Utilizava uma ampola de xilocaína 5%, associada a solução de adrenalina milesimal.
O mais difícil sempre foi colocar a paciente na postura adequada para punção. A complicação mais temida era a hipotensão tratada com hemitartarato de metaraminol.
Comentou que com ele nunca houve uma falha em anestesia. Toda anestesia pegava. Só havia falha nas anestesias peridurais que também fazia utilizando o método de Doglioti.
Os monitores disponíveis eram: um efigmomanometro , um estetoscópio ( pré-cordial ) .
Não havia S R P A de forma que o paciente só era retirado da sala com boas condições clinicas, e estável, para ser conduzido para enfermaria.
DR VALMIRO ANUNCIATO DA SILVEIRA
O Dr Valmiro nasceu no dia 20 de junho de 1949 no Município de Governador Dix-Sept Rosado.
Teve sua formação médica na Universidade Federal do Ceará e sua conclusão em 16 de dezembro de 1975.
Em frente ao comércio de seu pai, havia um pronto socorro . Quando chegava uma ambulância, conduzindo pacientes, ele sempre ia observar e acredita que esse fato motivou a sua escolha pela Medicina. Inicialmente queria fazer cirurgia geral, mas acabou escolhendo anestesia. Um dos baluartes de sua formação e influenciador foi o Dr. Mauro Barbosa, que também pertencia ao Instituto de Anestesia e Pneumologia do Ceará
Destacou que veio trabalhar em Mossoró, através de um convite de Dr. Clovis Miranda e Dr Rosado Cantidio. Também foi convidado pelo Dr. Ernani Maciel de Lima, um de seus chefes em Fortaleza.
Falando sobre momentos marcantes da sua trajetória, narrou uma anestesia de uma jovem que adentrou o hospital com esmagamento dos membros inferiores e que implorava: “ não me deixe morrer.” Aquela situação ainda me emociona até hoje quando recordo aquela cena. Mas infelizmente ele não resistiu a gravidade do acidente.
Em Mossoró, se fazia na época, todo tipo de cirurgia.

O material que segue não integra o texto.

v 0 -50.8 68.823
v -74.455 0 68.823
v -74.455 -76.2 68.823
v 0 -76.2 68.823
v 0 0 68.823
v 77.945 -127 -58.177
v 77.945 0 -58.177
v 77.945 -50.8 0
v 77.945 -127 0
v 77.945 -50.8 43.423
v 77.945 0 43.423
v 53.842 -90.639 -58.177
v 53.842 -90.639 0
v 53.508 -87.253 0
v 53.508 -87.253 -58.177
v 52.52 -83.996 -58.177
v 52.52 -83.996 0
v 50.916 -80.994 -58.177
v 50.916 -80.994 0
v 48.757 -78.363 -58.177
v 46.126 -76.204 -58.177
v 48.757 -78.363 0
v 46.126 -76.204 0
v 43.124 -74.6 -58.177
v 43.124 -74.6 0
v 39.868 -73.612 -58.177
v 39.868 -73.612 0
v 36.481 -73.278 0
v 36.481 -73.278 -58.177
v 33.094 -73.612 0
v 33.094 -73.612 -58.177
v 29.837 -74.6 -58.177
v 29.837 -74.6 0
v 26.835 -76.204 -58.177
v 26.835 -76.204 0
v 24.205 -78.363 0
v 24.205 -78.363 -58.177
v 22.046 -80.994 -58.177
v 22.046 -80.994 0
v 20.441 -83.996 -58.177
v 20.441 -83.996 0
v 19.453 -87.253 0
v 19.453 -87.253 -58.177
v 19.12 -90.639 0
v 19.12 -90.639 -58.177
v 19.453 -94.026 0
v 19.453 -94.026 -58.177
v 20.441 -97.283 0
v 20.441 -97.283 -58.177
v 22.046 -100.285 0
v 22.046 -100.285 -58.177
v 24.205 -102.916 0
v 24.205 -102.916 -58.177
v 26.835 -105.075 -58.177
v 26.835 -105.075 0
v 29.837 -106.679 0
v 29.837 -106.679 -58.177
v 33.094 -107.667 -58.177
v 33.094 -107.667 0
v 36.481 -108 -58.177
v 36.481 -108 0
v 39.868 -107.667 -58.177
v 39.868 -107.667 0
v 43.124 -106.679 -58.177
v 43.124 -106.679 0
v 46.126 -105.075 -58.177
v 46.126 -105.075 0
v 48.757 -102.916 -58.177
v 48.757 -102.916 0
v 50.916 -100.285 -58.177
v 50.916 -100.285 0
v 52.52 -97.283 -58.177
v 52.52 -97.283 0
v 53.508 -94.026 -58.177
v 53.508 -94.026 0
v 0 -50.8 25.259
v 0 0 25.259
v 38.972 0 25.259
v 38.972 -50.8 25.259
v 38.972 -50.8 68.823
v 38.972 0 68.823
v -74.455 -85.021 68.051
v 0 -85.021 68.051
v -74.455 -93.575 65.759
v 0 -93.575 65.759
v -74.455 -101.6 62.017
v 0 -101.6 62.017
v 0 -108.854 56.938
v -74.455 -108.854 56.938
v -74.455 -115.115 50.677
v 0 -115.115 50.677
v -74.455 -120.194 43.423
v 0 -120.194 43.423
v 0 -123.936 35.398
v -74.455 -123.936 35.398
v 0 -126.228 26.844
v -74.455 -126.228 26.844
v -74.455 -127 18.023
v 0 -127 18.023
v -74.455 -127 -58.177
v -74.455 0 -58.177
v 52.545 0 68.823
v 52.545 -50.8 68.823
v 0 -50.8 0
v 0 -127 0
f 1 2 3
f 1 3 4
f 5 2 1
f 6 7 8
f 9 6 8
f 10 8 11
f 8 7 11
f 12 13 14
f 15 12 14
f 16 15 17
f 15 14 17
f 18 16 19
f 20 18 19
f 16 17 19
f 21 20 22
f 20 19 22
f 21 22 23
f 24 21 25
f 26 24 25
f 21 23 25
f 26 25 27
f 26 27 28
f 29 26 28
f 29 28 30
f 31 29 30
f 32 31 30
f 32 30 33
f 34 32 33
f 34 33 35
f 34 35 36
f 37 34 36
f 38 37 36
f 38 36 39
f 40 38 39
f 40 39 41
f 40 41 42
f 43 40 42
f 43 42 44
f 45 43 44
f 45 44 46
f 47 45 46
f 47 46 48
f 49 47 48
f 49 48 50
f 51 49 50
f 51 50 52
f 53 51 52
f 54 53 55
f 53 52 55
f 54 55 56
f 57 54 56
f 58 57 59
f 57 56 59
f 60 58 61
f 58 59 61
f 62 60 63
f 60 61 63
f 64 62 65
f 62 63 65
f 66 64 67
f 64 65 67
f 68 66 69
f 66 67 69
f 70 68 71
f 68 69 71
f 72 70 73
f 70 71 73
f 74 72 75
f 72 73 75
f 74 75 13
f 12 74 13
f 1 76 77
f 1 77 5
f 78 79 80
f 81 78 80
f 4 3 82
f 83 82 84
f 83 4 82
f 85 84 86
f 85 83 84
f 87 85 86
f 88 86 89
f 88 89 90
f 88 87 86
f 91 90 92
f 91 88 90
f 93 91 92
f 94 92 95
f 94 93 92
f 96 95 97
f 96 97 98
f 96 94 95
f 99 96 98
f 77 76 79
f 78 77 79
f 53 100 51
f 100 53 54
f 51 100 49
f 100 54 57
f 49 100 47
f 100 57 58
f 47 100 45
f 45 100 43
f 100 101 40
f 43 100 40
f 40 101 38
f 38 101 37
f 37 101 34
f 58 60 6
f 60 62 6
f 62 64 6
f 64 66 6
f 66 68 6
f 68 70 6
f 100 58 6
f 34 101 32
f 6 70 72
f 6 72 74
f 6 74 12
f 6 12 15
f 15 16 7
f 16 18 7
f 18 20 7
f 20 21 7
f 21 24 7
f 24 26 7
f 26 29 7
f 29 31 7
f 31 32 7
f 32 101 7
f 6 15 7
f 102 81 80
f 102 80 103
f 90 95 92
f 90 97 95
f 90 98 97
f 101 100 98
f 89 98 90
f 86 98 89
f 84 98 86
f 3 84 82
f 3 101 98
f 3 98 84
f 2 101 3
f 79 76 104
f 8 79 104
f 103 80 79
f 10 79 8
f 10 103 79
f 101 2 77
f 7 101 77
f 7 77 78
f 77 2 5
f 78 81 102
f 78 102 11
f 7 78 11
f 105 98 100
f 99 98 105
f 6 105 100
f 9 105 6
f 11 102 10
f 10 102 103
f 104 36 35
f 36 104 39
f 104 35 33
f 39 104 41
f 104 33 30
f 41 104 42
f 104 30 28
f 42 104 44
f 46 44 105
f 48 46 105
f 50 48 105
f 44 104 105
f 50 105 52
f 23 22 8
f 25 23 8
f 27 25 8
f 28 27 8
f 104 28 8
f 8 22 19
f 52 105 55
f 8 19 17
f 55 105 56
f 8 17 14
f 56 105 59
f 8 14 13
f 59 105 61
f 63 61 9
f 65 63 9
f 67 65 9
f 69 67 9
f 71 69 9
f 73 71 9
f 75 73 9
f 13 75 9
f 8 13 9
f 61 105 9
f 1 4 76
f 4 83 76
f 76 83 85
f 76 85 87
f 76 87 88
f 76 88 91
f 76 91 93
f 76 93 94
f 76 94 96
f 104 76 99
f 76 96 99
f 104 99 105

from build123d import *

# Parameters (mm, degrees)
F0_W     = 152.4
F0_H     = 127
F1_DEPTH = 127
F3_DEPTH = 76.2
F4_W     = 38.972323
F4_H     = 43.56414
F5_DEPTH = 50.801
F6_R     = 17.360995
F7_DEPTH = 58.177971
F8_SIZE  = 25.4
F9_R     = 50.8


with BuildPart() as f1:
    # F0 (on Front) → F1 (new body)
    with BuildSketch(Plane.XZ):
        with Locations((1.744647, 5.323029)):
            Rectangle(F0_W, F0_H)
    extrude(amount=F1_DEPTH)

    # F2 (on face) → F3 (cut)
    with BuildSketch(Plane.XZ.offset(127)):
        Polygon((1.744647, 68.823029), (0, 68.823029), (0, 0), (77.944647, 0), (77.944647, 68.823029), align=None)
    extrude(amount=-F3_DEPTH, mode=Mode.SUBTRACT)

    # F4 (on face) → F5 (cut, through all)
    with BuildSketch(Plane.XZ.offset(50.8)):
        with Locations((19.486161, 47.040959)):
            Rectangle(F4_W, F4_H)
    extrude(amount=-F5_DEPTH, mode=Mode.SUBTRACT)

    # F6 (on face) → F7 (cut, through all)
    with BuildSketch(Plane.XY):
        with Locations((36.480688, -90.639494)):
            Circle(F6_R)
    extrude(amount=-F7_DEPTH, mode=Mode.SUBTRACT)

    # F8
    f8_edges = [f1.edges().sort_by_distance(p)[0] for p in [
        (77.944647, -25.4, 68.823029),
    ]]
    chamfer(f8_edges, length=F8_SIZE)

    # F9
    f9_edges = [f1.edges().sort_by_distance(p)[0] for p in [
        (-37.227677, -127, 68.823029),
    ]]
    fillet(f9_edges, radius=F9_R)


solid = f1.part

Era proprietário de uma maleta da anestesia ( hoje no museu da CAM) que continha de tudo: respirador, laringoscópios, sondas Rusch para intubação, máscaras, etc, etc.
A técnica utilizada para raque anestesia consistia do uso de lidocaína ( ampolas esterilizadas ) com associação de adrenalina. As agulhas e seringas eram sempre reutilizáveis .

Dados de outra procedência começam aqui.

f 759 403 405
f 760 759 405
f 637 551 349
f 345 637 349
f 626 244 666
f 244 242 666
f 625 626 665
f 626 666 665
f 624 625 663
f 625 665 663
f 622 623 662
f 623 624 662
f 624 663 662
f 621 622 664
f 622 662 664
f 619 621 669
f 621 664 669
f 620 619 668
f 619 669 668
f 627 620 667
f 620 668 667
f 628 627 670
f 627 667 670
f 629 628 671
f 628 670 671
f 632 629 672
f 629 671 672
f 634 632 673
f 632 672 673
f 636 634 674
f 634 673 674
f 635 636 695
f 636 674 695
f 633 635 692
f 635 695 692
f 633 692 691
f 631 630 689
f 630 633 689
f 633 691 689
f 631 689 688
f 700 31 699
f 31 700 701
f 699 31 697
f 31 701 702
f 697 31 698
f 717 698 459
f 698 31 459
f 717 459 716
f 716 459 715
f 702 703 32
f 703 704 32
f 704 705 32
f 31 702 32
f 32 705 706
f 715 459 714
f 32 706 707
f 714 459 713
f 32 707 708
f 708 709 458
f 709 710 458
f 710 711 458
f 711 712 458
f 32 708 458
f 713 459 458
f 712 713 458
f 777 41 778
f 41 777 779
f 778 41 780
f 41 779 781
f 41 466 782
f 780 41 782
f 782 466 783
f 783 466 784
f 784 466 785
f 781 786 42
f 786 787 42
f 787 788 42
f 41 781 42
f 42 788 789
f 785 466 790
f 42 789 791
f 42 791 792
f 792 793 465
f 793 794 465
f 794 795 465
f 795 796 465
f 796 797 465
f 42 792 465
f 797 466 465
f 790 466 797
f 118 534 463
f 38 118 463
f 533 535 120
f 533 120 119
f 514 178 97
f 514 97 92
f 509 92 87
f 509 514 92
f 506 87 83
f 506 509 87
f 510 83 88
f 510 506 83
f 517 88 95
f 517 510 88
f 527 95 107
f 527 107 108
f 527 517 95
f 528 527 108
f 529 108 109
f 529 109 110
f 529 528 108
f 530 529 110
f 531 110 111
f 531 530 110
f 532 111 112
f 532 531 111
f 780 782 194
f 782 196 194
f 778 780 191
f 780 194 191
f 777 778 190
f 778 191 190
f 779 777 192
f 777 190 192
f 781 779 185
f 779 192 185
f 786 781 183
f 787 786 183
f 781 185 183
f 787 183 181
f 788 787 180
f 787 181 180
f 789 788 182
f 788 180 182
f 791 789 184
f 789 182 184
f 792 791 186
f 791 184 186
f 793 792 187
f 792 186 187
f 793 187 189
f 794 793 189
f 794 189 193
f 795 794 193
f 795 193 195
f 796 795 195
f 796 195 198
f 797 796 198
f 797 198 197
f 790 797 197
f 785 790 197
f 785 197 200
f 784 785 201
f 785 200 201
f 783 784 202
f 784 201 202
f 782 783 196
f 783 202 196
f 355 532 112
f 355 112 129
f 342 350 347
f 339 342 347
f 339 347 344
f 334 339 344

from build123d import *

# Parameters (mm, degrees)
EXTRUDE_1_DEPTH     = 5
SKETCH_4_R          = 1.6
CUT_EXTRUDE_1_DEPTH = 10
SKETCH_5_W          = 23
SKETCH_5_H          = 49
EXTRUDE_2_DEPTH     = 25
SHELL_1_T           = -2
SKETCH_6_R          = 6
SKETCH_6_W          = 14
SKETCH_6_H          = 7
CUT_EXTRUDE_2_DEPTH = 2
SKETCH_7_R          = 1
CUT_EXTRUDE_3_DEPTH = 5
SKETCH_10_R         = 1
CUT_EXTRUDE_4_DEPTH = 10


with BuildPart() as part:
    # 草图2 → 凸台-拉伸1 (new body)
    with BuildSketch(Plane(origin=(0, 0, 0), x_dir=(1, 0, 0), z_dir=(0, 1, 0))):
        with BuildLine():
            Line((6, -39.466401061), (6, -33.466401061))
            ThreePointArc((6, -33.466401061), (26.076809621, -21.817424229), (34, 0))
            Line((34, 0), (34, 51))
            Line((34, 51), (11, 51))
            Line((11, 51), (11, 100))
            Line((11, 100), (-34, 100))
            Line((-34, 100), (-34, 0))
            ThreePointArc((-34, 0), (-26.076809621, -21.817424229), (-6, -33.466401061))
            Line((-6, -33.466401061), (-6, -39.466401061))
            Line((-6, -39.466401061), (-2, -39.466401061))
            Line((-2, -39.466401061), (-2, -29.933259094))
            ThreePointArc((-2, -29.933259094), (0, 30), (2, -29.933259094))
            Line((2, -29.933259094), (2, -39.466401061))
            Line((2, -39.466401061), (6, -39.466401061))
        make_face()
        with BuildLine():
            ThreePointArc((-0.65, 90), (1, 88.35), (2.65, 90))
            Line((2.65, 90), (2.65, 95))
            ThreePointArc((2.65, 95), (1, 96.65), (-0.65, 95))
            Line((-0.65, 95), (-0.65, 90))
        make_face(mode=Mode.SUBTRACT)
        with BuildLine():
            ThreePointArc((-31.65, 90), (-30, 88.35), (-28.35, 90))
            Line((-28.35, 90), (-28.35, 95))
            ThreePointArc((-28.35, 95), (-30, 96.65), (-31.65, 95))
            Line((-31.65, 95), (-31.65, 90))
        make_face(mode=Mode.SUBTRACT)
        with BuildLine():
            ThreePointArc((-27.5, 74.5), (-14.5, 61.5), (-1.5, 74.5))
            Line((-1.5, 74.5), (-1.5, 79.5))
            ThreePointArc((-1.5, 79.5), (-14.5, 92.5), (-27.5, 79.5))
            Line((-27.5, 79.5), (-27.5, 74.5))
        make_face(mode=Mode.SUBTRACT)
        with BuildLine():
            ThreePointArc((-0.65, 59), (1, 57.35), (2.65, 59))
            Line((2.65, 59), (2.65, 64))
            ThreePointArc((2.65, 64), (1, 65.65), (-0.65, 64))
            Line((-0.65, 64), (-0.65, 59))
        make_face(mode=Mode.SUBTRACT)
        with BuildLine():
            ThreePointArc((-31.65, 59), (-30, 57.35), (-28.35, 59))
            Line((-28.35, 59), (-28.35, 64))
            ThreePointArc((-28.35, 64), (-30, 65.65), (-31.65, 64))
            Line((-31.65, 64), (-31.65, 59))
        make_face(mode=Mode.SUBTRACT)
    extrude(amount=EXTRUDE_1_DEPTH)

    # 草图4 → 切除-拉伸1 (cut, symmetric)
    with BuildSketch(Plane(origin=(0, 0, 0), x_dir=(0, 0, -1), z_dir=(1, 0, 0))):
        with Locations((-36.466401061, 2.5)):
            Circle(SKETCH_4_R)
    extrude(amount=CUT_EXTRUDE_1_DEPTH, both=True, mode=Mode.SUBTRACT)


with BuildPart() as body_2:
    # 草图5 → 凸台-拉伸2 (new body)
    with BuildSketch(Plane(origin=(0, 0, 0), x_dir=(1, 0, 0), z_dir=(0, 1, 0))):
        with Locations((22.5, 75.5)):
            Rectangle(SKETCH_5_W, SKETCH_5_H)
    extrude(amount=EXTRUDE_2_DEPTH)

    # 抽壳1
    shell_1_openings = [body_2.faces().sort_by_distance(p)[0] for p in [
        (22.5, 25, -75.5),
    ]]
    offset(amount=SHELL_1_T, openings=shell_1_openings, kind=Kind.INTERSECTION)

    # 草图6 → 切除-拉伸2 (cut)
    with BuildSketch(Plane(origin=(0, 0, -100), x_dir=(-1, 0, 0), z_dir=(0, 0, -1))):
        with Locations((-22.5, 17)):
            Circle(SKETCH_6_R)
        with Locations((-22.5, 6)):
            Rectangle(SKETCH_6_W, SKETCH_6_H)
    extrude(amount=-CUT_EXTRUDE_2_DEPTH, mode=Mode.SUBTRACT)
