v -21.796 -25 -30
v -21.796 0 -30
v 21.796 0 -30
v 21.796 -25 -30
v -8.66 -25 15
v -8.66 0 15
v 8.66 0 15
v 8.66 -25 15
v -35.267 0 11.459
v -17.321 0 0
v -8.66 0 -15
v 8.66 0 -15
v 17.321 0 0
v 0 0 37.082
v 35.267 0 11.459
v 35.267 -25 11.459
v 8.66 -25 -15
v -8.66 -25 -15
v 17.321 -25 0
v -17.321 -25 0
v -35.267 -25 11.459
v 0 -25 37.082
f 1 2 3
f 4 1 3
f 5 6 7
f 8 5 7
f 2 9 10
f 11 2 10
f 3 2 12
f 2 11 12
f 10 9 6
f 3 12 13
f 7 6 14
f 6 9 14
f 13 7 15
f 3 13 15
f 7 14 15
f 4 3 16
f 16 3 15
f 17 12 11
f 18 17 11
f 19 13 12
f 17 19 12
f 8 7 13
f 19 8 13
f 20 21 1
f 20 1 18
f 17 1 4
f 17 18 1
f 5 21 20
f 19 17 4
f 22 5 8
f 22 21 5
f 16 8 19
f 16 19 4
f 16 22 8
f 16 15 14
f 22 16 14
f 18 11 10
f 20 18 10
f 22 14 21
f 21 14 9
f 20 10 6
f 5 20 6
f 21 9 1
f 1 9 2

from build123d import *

# Parameters (mm, degrees)
F1_DEPTH = 25


with BuildPart() as f1:
    # F0 (on Front) → F1 (new body)
    with BuildSketch(Plane.XZ):
        Polygon((-21.796276, -30), (21.796276, -30), (35.267115, 11.45898), (0, 37.082039), (-35.267115, 11.45898), align=None)
        Polygon((-17.320508, 0), (-8.660254, 15), (8.660254, 15), (17.320508, 0), (8.660254, -15), (-8.660254, -15), align=None, mode=Mode.SUBTRACT)
    extrude(amount=F1_DEPTH)


solid = f1.part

O Dr. Valmiro foi o primeiro anestesista que utilizou a associação de morfina para as anestesias raquidiana em Mossoró. Era muito alta a incidência de cefaleia pós raque.
Para as anestesias gerais utilizava Tiopental, relaxantes musculares, e para manutenção da anestesia empregou durante muito tempo o halotano, todavia, também utilizou durante muito tempo o éter como anestésico inalatório. Testemunhou uma grande explosão durante o uso de éter. Realizou anestesias usando pentrane e etrane. Usava tanto o flaxedil como aloferine, como bloqueadores musculares.
No inicio a monitorização era feita apenas com um esfingmomanometro e um estetoscópio, mas perfeitamente controlava os sinais vitais através da clinica. Mesmo em épocas remotas existia uma sala de recuperação na Maternidade Dr.Almir de Almeida Castro. Nesta fase de sua atuação já tinha acesso aos três hospitais que agora incluía a Casa de saúde Santa Luzia,
Lembrou que as cirurgias sempre iniciavam as 4 horas e que o repasse dos honorários era feito rigorosamente em dia.
O Dr Valmiro citou ainda como anestesiologistas em Mossoró: Dr Lairson Gurgel Rosado ( falecido em acidente automobilístico ), Dr.Edmilson Coelho Araujo, Dr Antonio Xaxá Filho, Dr João Torres Pinto, Dr Frederico Miranda de Melo ( falecido em acidente automobilístico ) , Dr Elumar Pereira da Silva e, posteriormente, toda uma geração de jovens anestesiologistas.